Making It Structural
The solution is not complicated. MeiliSearch writes its version to a file called VERSION in
the data directory when it initialises. The binary version is available from meilisearch --version.
If those two things disagree, the data directory is stale and should be cleared before starting.
This is now an ExecStartPre script in the karakeep-meilisearch systemd service:
ExecStartPre = pkgs.writeShellScript "meilisearch-version-check" ''
VERSION_FILE="/var/lib/karakeep/meilisearch/VERSION"
if [ -f "$VERSION_FILE" ]; then
DB_VERSION=$(cat "$VERSION_FILE")
BINARY_VERSION=$(${pkgs.meilisearch}/bin/meilisearch --version \
| grep -oE '[0-9]+\.[0-9]+\.[0-9]+')
if [ "$DB_VERSION" != "$BINARY_VERSION" ]; then
echo "MeiliSearch version mismatch \
(db: $DB_VERSION, binary: $BINARY_VERSION) -- wiping index"
rm -rf /var/lib/karakeep/meilisearch/*
fi
fi
'';
Ten lines. The script runs before MeiliSearch starts, checks the version, wipes the directory if there's a mismatch, and exits. MeiliSearch then starts against a clean data directory and initialises normally. The next deploy that includes a MeiliSearch version bump will handle itself. No manual intervention, no restart loops in production, no five-minute detour into a service's data directory.

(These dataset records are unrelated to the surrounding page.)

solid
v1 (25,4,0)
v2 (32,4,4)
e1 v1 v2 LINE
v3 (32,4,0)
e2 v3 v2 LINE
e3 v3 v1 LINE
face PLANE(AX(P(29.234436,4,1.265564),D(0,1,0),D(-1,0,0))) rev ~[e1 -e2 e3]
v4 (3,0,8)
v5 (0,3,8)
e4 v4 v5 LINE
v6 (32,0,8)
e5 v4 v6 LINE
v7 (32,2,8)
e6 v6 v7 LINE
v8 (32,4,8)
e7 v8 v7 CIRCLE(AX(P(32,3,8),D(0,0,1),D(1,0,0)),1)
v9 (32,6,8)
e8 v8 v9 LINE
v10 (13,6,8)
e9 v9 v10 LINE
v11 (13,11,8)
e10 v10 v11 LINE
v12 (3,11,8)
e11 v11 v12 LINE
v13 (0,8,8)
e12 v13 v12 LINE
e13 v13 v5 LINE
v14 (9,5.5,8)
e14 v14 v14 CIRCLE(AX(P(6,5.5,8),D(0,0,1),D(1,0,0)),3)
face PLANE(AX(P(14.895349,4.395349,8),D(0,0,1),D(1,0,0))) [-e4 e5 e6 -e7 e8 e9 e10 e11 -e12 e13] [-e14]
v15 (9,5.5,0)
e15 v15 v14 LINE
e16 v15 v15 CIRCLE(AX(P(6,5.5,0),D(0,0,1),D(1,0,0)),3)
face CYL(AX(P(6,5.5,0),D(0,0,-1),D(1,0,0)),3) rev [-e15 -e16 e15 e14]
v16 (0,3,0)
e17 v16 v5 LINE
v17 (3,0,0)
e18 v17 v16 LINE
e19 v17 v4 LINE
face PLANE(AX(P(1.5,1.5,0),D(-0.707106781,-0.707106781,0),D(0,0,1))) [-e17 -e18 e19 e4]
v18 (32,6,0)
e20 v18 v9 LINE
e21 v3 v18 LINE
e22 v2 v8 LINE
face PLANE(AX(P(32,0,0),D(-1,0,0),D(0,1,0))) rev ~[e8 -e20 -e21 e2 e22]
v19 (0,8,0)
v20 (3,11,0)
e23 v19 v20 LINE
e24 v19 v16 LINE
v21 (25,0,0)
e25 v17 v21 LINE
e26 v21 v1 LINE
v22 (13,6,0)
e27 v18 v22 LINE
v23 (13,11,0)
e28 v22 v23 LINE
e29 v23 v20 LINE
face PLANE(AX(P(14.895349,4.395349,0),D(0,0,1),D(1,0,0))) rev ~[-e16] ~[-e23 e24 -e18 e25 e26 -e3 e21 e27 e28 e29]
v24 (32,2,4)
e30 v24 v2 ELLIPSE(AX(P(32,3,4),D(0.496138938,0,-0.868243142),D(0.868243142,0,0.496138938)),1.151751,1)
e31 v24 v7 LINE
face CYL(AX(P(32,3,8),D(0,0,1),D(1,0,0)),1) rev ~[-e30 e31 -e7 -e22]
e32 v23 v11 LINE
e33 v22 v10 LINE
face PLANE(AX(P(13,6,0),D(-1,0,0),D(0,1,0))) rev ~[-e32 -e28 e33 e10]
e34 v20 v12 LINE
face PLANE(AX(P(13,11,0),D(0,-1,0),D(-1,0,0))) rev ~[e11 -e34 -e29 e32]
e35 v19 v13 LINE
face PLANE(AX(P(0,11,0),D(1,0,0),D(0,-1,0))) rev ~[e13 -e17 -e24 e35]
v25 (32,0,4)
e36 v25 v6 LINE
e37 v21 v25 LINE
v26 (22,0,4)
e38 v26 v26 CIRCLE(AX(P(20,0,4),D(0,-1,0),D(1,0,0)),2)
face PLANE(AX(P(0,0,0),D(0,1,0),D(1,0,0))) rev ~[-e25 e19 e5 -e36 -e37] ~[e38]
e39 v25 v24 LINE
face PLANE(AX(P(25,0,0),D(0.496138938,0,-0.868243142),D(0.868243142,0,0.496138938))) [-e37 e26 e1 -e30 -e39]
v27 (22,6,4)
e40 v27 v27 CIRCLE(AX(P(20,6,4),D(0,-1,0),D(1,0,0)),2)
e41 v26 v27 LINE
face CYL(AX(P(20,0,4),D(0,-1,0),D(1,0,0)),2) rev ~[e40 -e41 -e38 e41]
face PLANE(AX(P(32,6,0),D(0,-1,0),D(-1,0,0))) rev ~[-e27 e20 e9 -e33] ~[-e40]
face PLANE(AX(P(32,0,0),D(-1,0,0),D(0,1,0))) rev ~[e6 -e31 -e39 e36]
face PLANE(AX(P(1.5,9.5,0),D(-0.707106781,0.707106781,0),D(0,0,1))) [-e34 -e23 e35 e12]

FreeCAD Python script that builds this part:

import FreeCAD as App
import Part
import Sketcher

V = App.Vector
Q = App.Units.Quantity


def edges_at(feature, points):
    """Names of the edges that pass closest to the given points."""
    edges = feature.Shape.Edges
    near = lambda p: min(range(len(edges)), key=lambda i: edges[i].distToShape(Part.Vertex(*p))[0])
    return sorted({f"Edge{near(p) + 1}" for p in points})

doc = App.newDocument("Part")
body = doc.addObject("PartDesign::Body", "Body")

# Sketch on XY plane
sketch1 = body.newObject("Sketcher::SketchObject", "Sketch")
sketch1.AttachmentSupport = (doc.getObject("XY_Plane"), [""])
sketch1.MapMode = "FlatFace"
sketch1.addGeometry([
    Part.LineSegment(V(32, 6, 0), V(13, 6, 0)),  # 0
    Part.LineSegment(V(13, 6, 0), V(13, 11, 0)),  # 1
    Part.LineSegment(V(13, 11, 0), V(0, 11, 0)),  # 2
    Part.LineSegment(V(0, 11, 0), V(0, 0, 0)),  # 3
    Part.LineSegment(V(0, 0, 0), V(32, 0, 0)),  # 4
    Part.LineSegment(V(32, 0, 0), V(32, 6, 0)),  # 5
    Part.Circle(V(6, 5.5, 0), V(0, 0, 1), 3),  # 6
], False)
sketch1.addConstraint([
    Sketcher.Constraint("Coincident", 0, 2, 1, 1),
    Sketcher.Constraint("Coincident", 1, 2, 2, 1),
    Sketcher.Constraint("Coincident", 2, 2, 3, 1),
    Sketcher.Constraint("Coincident", 3, 2, 4, 1),
    Sketcher.Constraint("Coincident", 4, 2, 5, 1),
    Sketcher.Constraint("Coincident", 5, 2, 0, 1),
    Sketcher.Constraint("Horizontal", 0),
    Sketcher.Constraint("Vertical", 1),
    Sketcher.Constraint("Horizontal", 2),
    Sketcher.Constraint("Vertical", 3),
    Sketcher.Constraint("Horizontal", 4),
    Sketcher.Constraint("Vertical", 5),
    Sketcher.Constraint("Coincident", 3, 2, -1, 1),
    Sketcher.Constraint("Diameter", 6, Q("6 mm")),
    Sketcher.Constraint("DistanceX", 0, 2, 0, 1, Q("19 mm")),
    Sketcher.Constraint("DistanceX", 2, 2, 2, 1, Q("13 mm")),
    Sketcher.Constraint("DistanceY", 1, 1, 1, 2, Q("5 mm")),
    Sketcher.Constraint("DistanceY", 3, 2, 3, 1, Q("11 mm")),
    Sketcher.Constraint("DistanceX", -1, 1, 6, 3, Q("6 mm")),
    Sketcher.Constraint("DistanceY", -1, 1, 6, 3, Q("5.5 mm")),
])
pad1 = body.newObject("PartDesign::Pad", "Pad")
pad1.Profile = sketch1
pad1.Length = 8

# Sketch on XY plane
sketch2 = body.newObject("Sketcher::SketchObject", "Sketch001")
sketch2.AttachmentSupport = (doc.getObject("XY_Plane"), [""])
sketch2.MapMode = "FlatFace"
sketch2.AttachmentOffset = App.Placement(V(0, 0, 8), App.Rotation())
sketch2.addGeometry(Part.Circle(V(32, 3, 0), V(0, 0, 1), 1), False)
sketch2.addConstraint([
    Sketcher.Constraint("Diameter", 0, Q("2 mm")),
    Sketcher.Constraint("DistanceX", -1, 1, 0, 3, Q("32 mm")),
    Sketcher.Constraint("DistanceY", -1, 1, 0, 3, Q("3 mm")),
])
pocket1 = body.newObject("PartDesign::Pocket", "Pocket")
pocket1.Profile = sketch2
pocket1.Type = "ThroughAll"

# Sketch on XZ plane
sketch3 = body.newObject("Sketcher::SketchObject", "Sketch002")
sketch3.AttachmentSupport = (doc.getObject("XZ_Plane"), [""])
sketch3.MapMode = "FlatFace"
sketch3.addGeometry([
    Part.LineSegment(V(32, 4, 0), V(25, 0, 0)),
    Part.LineSegment(V(25, 0, 0), V(32, 0, 0)),
    Part.LineSegment(V(32, 0, 0), V(32, 4, 0)),
], False)
sketch3.addConstraint([
    Sketcher.Constraint("Coincident", 0, 2, 1, 1),
    Sketcher.Constraint("Coincident", 1, 2, 2, 1),
    Sketcher.Constraint("Coincident", 2, 2, 0, 1),
    Sketcher.Constraint("Horizontal", 1),
    Sketcher.Constraint("Vertical", 2),
    Sketcher.Constraint("PointOnObject", 0, 2, -1),
    Sketcher.Constraint("DistanceX", 1, 1, 1, 2, Q("7 mm")),
    Sketcher.Constraint("DistanceY", 2, 1, 2, 2, Q("4 mm")),
    Sketcher.Constraint("DistanceX", -1, 1, 0, 2, Q("25 mm")),
])
pocket2 = body.newObject("PartDesign::Pocket", "Pocket001")
pocket2.Profile = sketch3
pocket2.Length = 4

# Sketch on XZ plane
sketch4 = body.newObject("Sketcher::SketchObject", "Sketch003")
sketch4.AttachmentSupport = (doc.getObject("XZ_Plane"), [""])
sketch4.MapMode = "FlatFace"
sketch4.addGeometry(Part.Circle(V(20, 4, 0), V(0, 0, 1), 2), False)
sketch4.addConstraint([
    Sketcher.Constraint("Diameter", 0, Q("4 mm")),
    Sketcher.Constraint("DistanceX", -1, 1, 0, 3, Q("20 mm")),
    Sketcher.Constraint("DistanceY", -1, 1, 0, 3, Q("4 mm")),
])
pocket3 = body.newObject("PartDesign::Pocket", "Pocket002")
pocket3.Profile = sketch4
pocket3.Type = "ThroughAll"
doc.recompute()

chamfer = body.newObject("PartDesign::Chamfer", "Chamfer")
chamfer.Base = (pocket3, edges_at(pocket3, [(0, 0, 4), (0, 11, 4)]))
chamfer.Size = 3

doc.recompute()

This pattern is specific to MeiliSearch because MeiliSearch is a search index: its data is entirely derived from primary sources and can be regenerated without loss. It would be the wrong pattern for a PostgreSQL instance or anything containing data that cannot be reconstructed. Those services either get explicit version pinning or their own proper migration handling. MeiliSearch gets the wipe script because wiping MeiliSearch is correct.
The Honest Conclusion
Total downtime: the time it took to move a screwdriver and wait for a Colmena deploy. The actual configuration work was under an hour. The networking section took forty-five minutes, of which approximately forty-four were attributable to my personally testing the hypothesis that ethernet cables work in SFP+ ports. They do not. The configuration changes were roughly forty lines across six files: the hardware configuration, the networking vars, the configuration.nix cleanup, the Jellyfin VAAPI update, the removal of Ollama, the NetAlertX interface update.
The services that were running on the P53 are running on the MS-A2. The data that was on the P53's NVMe is still on the NVMe, now in a different chassis. The filesystem UUIDs are the same. The service configurations are the same, minus the hardware-specific code that no longer applied. Everything that was not about the P53's specific hardware survived the transplant without modification.
This is what declarative configuration is actually for. Not the theoretical elegance of reproducible builds, not the philosophical appeal of treating infrastructure as code, not the bragging rights at conferences. The point is that when hardware dies, which it does, the system's intended state exists somewhere other than the machine that just became a paperweight. You pull the drive, you put it in something else, you update the twelve lines that were about the old hardware, and you deploy.
The alternative is a weekend and a list of things you've forgotten you configured. I've done that. It is less fun.
Rogal Dorn is back online. The Primarch has a new body. The services run. The router knows who lives here. MeiliSearch will handle its own upgrades from now on. This is, by the standards of unexpected hardware failure on a Monday, a remarkably satisfactory outcome.
The full configuration for this setup is in the nix-templates repository, if you want to see what forty lines of change looks like across a NixOS homelab migration.